Länder wie Großbritannien und die USA richten deshalb Long-Covid-Zentren ein, um die vielfältigen Langzeitschäden zu verstehen und zu behandeln. Auch in der Forschung kristallisieren sich ein Jahr nach den ersten bekannten Fällen bereits Erklärungen dafür heraus, was in den verschiedenen Körpersystemen schiefläuft. So geraten wohl Regelsysteme dauerhaft aus dem Ruder und kehren nicht mehr ins Gleichgewicht zurück: Teile des Immunsystems greifen auf einmal den eigenen Körper an oder scheinen in einer Art Daueraktivierung eine Rolle bei Symptomen wie Müdigkeit und Gedächtnisproblemen zu spielen. Dabei gibt es offenbar viele Parallelen zur Entstehung und Symptomen von Krankheiten wie das Chronic Fatigue Syndrome (CFS).

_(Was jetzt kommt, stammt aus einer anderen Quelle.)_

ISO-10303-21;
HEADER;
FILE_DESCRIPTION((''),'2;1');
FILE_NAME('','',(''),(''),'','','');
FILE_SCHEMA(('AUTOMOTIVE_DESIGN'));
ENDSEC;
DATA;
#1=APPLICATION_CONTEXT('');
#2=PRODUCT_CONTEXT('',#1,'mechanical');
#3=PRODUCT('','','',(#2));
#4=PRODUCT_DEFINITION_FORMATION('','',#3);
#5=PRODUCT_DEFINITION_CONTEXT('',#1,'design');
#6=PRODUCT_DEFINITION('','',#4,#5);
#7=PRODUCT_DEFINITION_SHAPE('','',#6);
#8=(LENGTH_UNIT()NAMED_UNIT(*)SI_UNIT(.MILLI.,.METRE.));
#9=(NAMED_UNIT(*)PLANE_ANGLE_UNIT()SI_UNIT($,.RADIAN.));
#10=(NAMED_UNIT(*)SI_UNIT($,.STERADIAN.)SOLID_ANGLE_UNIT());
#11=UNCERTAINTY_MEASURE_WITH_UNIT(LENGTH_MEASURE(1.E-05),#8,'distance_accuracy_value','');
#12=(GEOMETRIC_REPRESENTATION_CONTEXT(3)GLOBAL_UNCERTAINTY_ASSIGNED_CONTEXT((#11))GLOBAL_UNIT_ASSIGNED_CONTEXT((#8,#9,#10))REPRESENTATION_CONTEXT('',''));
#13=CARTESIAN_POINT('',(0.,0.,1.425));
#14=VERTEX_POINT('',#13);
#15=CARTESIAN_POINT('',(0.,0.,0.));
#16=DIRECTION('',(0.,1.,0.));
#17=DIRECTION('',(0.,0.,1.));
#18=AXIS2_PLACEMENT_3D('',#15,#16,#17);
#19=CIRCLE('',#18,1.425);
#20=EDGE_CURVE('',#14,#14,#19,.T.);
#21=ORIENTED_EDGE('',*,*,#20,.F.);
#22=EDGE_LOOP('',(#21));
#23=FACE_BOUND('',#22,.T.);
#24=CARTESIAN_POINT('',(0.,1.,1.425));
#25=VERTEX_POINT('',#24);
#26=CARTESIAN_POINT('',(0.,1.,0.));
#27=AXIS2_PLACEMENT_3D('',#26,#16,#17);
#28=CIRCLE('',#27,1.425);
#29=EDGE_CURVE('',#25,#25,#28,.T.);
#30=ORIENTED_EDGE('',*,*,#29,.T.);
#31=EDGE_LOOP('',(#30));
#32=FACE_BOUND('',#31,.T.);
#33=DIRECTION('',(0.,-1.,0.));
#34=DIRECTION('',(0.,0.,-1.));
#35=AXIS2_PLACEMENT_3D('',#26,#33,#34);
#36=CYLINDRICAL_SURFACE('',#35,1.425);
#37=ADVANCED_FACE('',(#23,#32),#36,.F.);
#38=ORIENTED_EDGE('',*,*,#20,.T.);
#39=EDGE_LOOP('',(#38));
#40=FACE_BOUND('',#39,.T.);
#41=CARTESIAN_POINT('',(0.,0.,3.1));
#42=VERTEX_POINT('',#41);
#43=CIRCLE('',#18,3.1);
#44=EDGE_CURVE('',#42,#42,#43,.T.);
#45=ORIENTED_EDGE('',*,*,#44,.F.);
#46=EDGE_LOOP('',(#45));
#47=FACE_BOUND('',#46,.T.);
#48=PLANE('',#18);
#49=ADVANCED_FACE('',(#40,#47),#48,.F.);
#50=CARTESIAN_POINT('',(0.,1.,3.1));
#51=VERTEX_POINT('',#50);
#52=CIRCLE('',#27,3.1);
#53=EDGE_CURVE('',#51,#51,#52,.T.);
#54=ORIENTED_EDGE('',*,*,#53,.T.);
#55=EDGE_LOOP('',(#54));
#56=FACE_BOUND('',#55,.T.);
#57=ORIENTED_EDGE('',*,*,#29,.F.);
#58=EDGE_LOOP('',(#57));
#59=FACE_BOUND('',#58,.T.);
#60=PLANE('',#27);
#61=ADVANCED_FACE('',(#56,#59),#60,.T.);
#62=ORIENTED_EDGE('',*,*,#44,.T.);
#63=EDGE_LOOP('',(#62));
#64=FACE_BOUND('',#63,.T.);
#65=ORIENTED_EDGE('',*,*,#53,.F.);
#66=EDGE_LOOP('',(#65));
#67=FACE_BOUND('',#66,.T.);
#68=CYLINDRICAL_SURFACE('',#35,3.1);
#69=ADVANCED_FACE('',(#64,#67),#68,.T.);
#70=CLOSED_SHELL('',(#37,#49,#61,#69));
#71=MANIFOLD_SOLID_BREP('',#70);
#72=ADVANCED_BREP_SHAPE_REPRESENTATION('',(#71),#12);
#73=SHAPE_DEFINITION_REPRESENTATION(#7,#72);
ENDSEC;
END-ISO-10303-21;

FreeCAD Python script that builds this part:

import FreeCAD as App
import Part
import Sketcher

V = App.Vector

doc = App.newDocument("Part")
body = doc.addObject("PartDesign::Body", "Body")

# Sketch on XZ plane
sketch1 = body.newObject("Sketcher::SketchObject", "Sketch")
sketch1.AttachmentSupport = (doc.getObject("XZ_Plane"), [""])
sketch1.MapMode = "FlatFace"
sketch1.addGeometry([
    Part.Circle(V(0, 0, 0), V(0, 0, 1), 3.1),
    Part.Circle(V(0, 0, 0), V(0, 0, 1), 1.425),
], False)
sketch1.addConstraint([
    Sketcher.Constraint("Coincident", 0, 3, -1, 1),
    Sketcher.Constraint("Coincident", 1, 3, -1, 1),
    Sketcher.Constraint("Diameter", 0, 6.2),
    Sketcher.Constraint("Diameter", 1, 2.85),
])
pad1 = body.newObject("PartDesign::Pad", "Pad")
pad1.Profile = sketch1
pad1.Length = 1
pad1.Reversed = True

doc.recompute()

Ein Kommentar von Veronika Szentpétery-Kessler

Veronika Szentpétery-Kessler ist gelernte Biologin und schreibt über Medizin(techik), Biotechnologie und benachbarte Themen-Biotope.

Das legt einerseits erste Therapiemöglichkeiten nahe. Andererseits geht CFS nicht wieder fort und wurde darüber hinaus fast ein Jahrzehnt lang als psychisches Problem abgetan. Deshalb wird es besonders wichtig sein, Ärzte – und Patienten – diesmal besser über die neuen Erkenntnisse auf dem Laufenden zu halten und die Betroffenen nicht allein zu lassen, sondern ihnen flächendeckend Hilfe anzubieten. Sonst wiederholen wir die Fehler der Vergangenheit in einem ungleich größeren Maßstab.